++++ RECORDED DATA

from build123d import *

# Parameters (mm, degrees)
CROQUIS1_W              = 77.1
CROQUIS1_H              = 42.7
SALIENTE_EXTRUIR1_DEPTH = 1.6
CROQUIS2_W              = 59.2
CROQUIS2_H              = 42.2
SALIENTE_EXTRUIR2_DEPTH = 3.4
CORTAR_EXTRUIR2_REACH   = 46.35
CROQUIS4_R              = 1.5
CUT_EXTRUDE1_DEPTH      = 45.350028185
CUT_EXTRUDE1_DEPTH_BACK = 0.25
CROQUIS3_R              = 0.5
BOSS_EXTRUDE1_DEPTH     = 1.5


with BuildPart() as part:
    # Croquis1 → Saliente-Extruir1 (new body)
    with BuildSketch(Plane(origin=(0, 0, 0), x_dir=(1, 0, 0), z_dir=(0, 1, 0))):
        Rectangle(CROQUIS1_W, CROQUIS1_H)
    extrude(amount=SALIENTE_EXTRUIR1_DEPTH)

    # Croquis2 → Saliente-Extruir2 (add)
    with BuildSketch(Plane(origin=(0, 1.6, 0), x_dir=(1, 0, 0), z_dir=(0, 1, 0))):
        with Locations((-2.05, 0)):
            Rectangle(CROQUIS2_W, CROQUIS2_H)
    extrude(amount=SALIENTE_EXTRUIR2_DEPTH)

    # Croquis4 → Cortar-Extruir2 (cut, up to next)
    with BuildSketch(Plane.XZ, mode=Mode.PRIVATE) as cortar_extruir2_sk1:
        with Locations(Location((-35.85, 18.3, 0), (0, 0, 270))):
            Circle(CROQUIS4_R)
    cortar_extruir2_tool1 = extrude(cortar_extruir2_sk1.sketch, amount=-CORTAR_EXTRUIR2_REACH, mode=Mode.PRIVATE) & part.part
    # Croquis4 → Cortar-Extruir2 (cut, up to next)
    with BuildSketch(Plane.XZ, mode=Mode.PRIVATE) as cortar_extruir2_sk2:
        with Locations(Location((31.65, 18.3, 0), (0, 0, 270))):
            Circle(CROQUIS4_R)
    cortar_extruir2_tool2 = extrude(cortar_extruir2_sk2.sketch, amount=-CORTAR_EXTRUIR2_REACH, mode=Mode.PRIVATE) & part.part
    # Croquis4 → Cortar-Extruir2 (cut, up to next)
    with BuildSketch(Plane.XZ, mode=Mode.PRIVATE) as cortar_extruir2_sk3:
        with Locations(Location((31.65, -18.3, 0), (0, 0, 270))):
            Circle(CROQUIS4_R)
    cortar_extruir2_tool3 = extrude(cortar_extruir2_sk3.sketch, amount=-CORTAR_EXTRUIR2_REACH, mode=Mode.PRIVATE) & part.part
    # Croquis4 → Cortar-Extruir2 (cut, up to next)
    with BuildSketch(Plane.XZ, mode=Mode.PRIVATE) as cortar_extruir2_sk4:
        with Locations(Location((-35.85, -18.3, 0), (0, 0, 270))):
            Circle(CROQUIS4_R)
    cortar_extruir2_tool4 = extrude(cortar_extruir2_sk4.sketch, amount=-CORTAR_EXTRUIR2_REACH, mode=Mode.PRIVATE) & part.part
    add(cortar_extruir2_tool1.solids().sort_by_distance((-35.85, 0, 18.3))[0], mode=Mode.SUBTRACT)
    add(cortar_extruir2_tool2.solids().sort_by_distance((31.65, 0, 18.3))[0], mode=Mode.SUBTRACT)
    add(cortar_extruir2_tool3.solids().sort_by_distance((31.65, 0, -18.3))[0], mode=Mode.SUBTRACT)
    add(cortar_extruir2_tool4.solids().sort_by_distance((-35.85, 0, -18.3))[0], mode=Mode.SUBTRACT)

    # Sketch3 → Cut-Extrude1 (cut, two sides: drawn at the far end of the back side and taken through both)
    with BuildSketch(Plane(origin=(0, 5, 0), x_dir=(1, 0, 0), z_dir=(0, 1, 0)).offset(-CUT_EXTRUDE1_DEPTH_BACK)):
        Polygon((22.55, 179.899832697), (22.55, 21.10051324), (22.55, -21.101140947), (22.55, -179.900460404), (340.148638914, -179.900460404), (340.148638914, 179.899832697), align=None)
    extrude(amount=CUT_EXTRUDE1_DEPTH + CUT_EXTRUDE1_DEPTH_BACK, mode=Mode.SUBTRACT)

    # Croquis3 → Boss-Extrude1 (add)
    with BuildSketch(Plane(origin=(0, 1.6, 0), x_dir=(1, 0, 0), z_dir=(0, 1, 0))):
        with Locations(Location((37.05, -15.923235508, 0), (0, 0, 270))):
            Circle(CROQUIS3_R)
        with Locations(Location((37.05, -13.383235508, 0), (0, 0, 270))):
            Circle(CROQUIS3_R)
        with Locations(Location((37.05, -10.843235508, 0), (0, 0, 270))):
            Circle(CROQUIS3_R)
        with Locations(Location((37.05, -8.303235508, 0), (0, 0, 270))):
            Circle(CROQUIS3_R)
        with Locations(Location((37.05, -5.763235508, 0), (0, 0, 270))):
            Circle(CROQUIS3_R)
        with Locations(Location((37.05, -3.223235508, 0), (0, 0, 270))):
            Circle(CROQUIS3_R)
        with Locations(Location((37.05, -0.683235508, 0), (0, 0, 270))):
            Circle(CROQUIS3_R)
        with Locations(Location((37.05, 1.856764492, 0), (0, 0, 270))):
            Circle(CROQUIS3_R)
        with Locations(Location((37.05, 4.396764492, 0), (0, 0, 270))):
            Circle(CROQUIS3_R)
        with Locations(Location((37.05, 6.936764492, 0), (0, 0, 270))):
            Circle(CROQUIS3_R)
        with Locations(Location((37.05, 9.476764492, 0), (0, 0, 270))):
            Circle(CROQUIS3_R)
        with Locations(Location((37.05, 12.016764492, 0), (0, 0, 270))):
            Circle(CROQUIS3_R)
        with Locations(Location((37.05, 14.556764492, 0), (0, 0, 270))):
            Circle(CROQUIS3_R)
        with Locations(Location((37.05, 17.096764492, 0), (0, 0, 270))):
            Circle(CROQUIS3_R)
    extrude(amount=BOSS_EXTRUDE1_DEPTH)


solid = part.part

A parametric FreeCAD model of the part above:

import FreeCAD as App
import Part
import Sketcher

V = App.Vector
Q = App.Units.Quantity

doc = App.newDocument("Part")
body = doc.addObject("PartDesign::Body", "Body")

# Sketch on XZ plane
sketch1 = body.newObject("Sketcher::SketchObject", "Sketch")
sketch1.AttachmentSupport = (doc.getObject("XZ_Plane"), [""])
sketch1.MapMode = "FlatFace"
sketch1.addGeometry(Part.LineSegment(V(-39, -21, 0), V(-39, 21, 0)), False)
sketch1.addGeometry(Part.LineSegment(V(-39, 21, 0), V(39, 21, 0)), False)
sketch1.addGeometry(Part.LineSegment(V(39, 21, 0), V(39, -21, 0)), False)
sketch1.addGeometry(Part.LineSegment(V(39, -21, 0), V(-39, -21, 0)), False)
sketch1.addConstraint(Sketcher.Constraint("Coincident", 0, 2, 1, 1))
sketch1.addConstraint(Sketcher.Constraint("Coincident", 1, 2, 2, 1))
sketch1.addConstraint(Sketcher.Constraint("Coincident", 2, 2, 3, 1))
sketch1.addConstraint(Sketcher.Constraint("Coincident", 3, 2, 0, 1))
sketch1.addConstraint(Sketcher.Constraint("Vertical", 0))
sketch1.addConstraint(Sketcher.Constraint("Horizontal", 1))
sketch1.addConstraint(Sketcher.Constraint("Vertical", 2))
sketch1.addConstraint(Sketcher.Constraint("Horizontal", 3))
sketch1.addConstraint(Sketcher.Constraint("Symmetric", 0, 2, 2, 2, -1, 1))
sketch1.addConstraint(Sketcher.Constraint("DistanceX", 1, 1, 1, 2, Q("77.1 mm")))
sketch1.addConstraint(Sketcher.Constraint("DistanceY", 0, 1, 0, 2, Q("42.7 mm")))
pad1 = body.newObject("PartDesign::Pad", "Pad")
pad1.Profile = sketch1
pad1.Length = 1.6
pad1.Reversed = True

++++++++

● **EXERCISE**: In the entries above, how many lines contain the string "SUBTRACT"? Say only the number.

● **TASK RESPONSE**: 5